WORK ITEM
Take the entries that follow and return exactly the lines from the one holding "#46=DIRECTION('',(0.,1.,0.));" through the one holding "#62=CIRCLE('',#61,42.9768);", both included. Nothing else is needed.
☆ ☆ ☆ ☆ ☆
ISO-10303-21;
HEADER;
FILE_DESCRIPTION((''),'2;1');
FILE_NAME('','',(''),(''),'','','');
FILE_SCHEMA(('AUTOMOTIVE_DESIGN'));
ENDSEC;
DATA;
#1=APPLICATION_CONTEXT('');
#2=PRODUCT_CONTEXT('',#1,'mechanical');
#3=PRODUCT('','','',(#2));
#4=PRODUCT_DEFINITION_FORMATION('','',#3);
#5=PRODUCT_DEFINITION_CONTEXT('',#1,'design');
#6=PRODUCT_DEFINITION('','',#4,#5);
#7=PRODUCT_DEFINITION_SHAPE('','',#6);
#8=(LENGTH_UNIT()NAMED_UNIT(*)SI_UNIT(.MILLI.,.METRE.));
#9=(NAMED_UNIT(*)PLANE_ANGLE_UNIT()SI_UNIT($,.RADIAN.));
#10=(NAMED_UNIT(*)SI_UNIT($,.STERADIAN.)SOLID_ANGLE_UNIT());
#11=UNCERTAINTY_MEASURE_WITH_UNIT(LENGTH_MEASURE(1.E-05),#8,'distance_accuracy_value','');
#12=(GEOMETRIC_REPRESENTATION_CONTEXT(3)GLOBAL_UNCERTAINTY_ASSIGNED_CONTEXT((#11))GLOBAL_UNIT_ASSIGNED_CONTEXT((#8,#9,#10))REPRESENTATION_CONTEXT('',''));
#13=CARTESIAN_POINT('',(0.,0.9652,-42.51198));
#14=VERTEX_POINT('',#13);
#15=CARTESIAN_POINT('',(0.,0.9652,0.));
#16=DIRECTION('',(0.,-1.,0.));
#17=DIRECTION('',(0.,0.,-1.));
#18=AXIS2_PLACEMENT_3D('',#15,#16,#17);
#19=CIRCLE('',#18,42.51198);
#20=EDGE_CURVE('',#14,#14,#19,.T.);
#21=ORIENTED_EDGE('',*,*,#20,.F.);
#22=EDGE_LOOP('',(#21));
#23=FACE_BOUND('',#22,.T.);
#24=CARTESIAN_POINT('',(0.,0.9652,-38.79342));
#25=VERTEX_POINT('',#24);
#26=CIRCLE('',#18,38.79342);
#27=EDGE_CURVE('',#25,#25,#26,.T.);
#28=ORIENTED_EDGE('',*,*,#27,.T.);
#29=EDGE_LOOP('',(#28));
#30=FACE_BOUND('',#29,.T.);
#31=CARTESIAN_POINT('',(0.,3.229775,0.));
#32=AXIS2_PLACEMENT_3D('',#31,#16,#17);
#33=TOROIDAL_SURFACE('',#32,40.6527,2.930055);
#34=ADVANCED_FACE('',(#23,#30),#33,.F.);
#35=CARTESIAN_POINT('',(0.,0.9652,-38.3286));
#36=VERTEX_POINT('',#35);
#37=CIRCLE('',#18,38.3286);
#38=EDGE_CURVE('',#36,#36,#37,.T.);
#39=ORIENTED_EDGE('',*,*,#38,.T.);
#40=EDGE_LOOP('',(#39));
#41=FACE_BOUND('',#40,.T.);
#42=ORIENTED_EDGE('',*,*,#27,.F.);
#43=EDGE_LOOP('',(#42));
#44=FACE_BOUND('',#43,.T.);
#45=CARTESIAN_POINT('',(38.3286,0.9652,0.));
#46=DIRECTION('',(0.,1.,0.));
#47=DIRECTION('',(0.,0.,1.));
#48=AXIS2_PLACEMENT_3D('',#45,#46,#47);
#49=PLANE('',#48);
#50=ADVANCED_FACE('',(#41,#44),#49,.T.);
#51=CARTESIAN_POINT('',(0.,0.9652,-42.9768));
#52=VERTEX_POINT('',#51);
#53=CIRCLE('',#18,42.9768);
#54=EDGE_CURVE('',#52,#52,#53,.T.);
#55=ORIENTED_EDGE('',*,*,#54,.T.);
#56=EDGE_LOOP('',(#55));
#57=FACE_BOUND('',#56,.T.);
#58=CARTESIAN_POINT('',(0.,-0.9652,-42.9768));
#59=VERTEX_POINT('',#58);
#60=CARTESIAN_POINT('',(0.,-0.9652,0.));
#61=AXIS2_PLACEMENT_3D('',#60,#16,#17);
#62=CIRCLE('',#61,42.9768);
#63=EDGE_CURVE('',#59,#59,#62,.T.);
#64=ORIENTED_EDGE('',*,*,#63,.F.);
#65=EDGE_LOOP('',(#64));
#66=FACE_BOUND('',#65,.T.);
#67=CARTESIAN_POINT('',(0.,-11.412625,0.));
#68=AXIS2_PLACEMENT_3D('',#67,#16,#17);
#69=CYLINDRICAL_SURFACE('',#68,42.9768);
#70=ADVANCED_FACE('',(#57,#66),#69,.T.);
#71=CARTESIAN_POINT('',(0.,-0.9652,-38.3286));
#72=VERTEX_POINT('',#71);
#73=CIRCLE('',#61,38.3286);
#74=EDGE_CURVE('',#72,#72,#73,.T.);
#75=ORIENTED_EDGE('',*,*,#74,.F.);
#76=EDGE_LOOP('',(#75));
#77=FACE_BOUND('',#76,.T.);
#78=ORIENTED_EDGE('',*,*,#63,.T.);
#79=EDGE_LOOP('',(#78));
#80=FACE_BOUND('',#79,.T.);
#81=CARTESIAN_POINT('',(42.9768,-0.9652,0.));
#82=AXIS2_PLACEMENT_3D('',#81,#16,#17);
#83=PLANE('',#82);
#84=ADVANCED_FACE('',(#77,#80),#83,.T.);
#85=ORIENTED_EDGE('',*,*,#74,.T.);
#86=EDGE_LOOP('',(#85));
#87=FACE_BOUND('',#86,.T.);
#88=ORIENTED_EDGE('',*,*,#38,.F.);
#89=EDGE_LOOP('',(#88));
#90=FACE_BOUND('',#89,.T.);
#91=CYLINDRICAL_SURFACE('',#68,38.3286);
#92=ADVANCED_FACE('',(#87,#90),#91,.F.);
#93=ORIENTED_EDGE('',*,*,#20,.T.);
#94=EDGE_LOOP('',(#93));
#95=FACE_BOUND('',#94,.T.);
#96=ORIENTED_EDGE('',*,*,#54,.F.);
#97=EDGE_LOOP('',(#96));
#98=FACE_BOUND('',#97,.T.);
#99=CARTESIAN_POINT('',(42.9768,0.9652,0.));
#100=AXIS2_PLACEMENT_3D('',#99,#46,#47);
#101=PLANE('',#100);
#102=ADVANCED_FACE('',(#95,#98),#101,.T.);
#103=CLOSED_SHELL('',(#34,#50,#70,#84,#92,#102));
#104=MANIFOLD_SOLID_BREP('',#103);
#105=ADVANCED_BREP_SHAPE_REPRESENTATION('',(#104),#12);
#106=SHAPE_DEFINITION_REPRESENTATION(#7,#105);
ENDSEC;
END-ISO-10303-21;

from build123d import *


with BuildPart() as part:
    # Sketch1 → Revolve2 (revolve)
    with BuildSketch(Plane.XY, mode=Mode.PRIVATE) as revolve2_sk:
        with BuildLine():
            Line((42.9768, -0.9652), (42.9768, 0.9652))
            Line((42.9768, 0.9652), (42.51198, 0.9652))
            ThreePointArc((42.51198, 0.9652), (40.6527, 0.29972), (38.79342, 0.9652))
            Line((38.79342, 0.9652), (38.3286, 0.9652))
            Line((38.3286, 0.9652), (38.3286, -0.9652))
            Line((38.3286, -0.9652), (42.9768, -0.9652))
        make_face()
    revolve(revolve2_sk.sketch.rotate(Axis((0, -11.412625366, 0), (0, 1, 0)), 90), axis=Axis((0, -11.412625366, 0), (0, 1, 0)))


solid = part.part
☆ ☆ ☆ ☆ ☆
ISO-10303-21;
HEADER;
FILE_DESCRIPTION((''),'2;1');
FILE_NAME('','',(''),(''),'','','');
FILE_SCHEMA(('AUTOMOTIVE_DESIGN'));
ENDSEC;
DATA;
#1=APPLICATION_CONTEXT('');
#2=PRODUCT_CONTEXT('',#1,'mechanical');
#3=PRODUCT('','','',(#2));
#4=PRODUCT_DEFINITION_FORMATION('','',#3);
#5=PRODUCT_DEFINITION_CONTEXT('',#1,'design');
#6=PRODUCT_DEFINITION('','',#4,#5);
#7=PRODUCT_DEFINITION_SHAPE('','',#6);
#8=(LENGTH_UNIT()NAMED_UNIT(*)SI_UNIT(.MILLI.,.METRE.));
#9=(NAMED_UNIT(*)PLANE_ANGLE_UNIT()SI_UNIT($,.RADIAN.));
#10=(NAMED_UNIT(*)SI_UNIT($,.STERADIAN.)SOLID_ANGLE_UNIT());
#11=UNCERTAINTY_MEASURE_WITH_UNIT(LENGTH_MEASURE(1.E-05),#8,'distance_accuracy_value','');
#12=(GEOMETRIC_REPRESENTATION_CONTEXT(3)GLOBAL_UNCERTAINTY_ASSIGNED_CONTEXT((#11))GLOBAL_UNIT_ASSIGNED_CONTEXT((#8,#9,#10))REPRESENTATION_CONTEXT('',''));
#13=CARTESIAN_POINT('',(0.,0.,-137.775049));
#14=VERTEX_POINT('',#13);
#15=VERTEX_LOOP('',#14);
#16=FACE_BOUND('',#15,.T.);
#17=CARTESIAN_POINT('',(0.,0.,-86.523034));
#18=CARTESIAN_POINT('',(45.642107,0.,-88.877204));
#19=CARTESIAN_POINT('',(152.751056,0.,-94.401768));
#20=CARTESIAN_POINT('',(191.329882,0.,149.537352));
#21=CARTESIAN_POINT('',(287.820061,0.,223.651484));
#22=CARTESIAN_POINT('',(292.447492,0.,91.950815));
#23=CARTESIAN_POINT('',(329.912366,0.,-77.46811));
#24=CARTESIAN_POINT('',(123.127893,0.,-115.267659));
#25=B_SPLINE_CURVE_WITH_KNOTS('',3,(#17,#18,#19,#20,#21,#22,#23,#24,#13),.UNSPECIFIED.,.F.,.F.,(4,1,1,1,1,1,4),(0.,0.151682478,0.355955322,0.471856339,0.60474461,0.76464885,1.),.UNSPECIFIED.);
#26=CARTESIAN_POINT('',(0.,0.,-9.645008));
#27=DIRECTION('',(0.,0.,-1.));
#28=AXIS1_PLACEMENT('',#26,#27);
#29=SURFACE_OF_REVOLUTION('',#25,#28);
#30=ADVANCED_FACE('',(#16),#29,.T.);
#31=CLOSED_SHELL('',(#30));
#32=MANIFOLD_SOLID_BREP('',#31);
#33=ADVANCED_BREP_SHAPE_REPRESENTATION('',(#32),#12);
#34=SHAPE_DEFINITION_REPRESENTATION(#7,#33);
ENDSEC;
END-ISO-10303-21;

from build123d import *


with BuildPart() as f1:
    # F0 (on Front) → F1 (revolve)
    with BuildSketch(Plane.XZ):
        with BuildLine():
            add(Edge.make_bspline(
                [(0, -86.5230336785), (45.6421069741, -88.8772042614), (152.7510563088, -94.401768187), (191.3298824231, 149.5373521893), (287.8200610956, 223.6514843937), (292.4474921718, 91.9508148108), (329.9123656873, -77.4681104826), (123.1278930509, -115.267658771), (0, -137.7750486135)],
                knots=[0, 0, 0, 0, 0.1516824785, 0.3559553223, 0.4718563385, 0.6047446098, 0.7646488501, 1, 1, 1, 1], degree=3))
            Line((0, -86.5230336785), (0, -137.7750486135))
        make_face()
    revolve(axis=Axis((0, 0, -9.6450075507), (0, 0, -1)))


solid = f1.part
☆ ☆ ☆ ☆ ☆
RESPONSE FOR THIS EXERCISE
#46=DIRECTION('',(0.,1.,0.));
#47=DIRECTION('',(0.,0.,1.));
#48=AXIS2_PLACEMENT_3D('',#45,#46,#47);
#49=PLANE('',#48);
#50=ADVANCED_FACE('',(#41,#44),#49,.T.);
#51=CARTESIAN_POINT('',(0.,0.9652,-42.9768));
#52=VERTEX_POINT('',#51);
#53=CIRCLE('',#18,42.9768);
#54=EDGE_CURVE('',#52,#52,#53,.T.);
#55=ORIENTED_EDGE('',*,*,#54,.T.);
#56=EDGE_LOOP('',(#55));
#57=FACE_BOUND('',#56,.T.);
#58=CARTESIAN_POINT('',(0.,-0.9652,-42.9768));
#59=VERTEX_POINT('',#58);
#60=CARTESIAN_POINT('',(0.,-0.9652,0.));
#61=AXIS2_PLACEMENT_3D('',#60,#16,#17);
#62=CIRCLE('',#61,42.9768);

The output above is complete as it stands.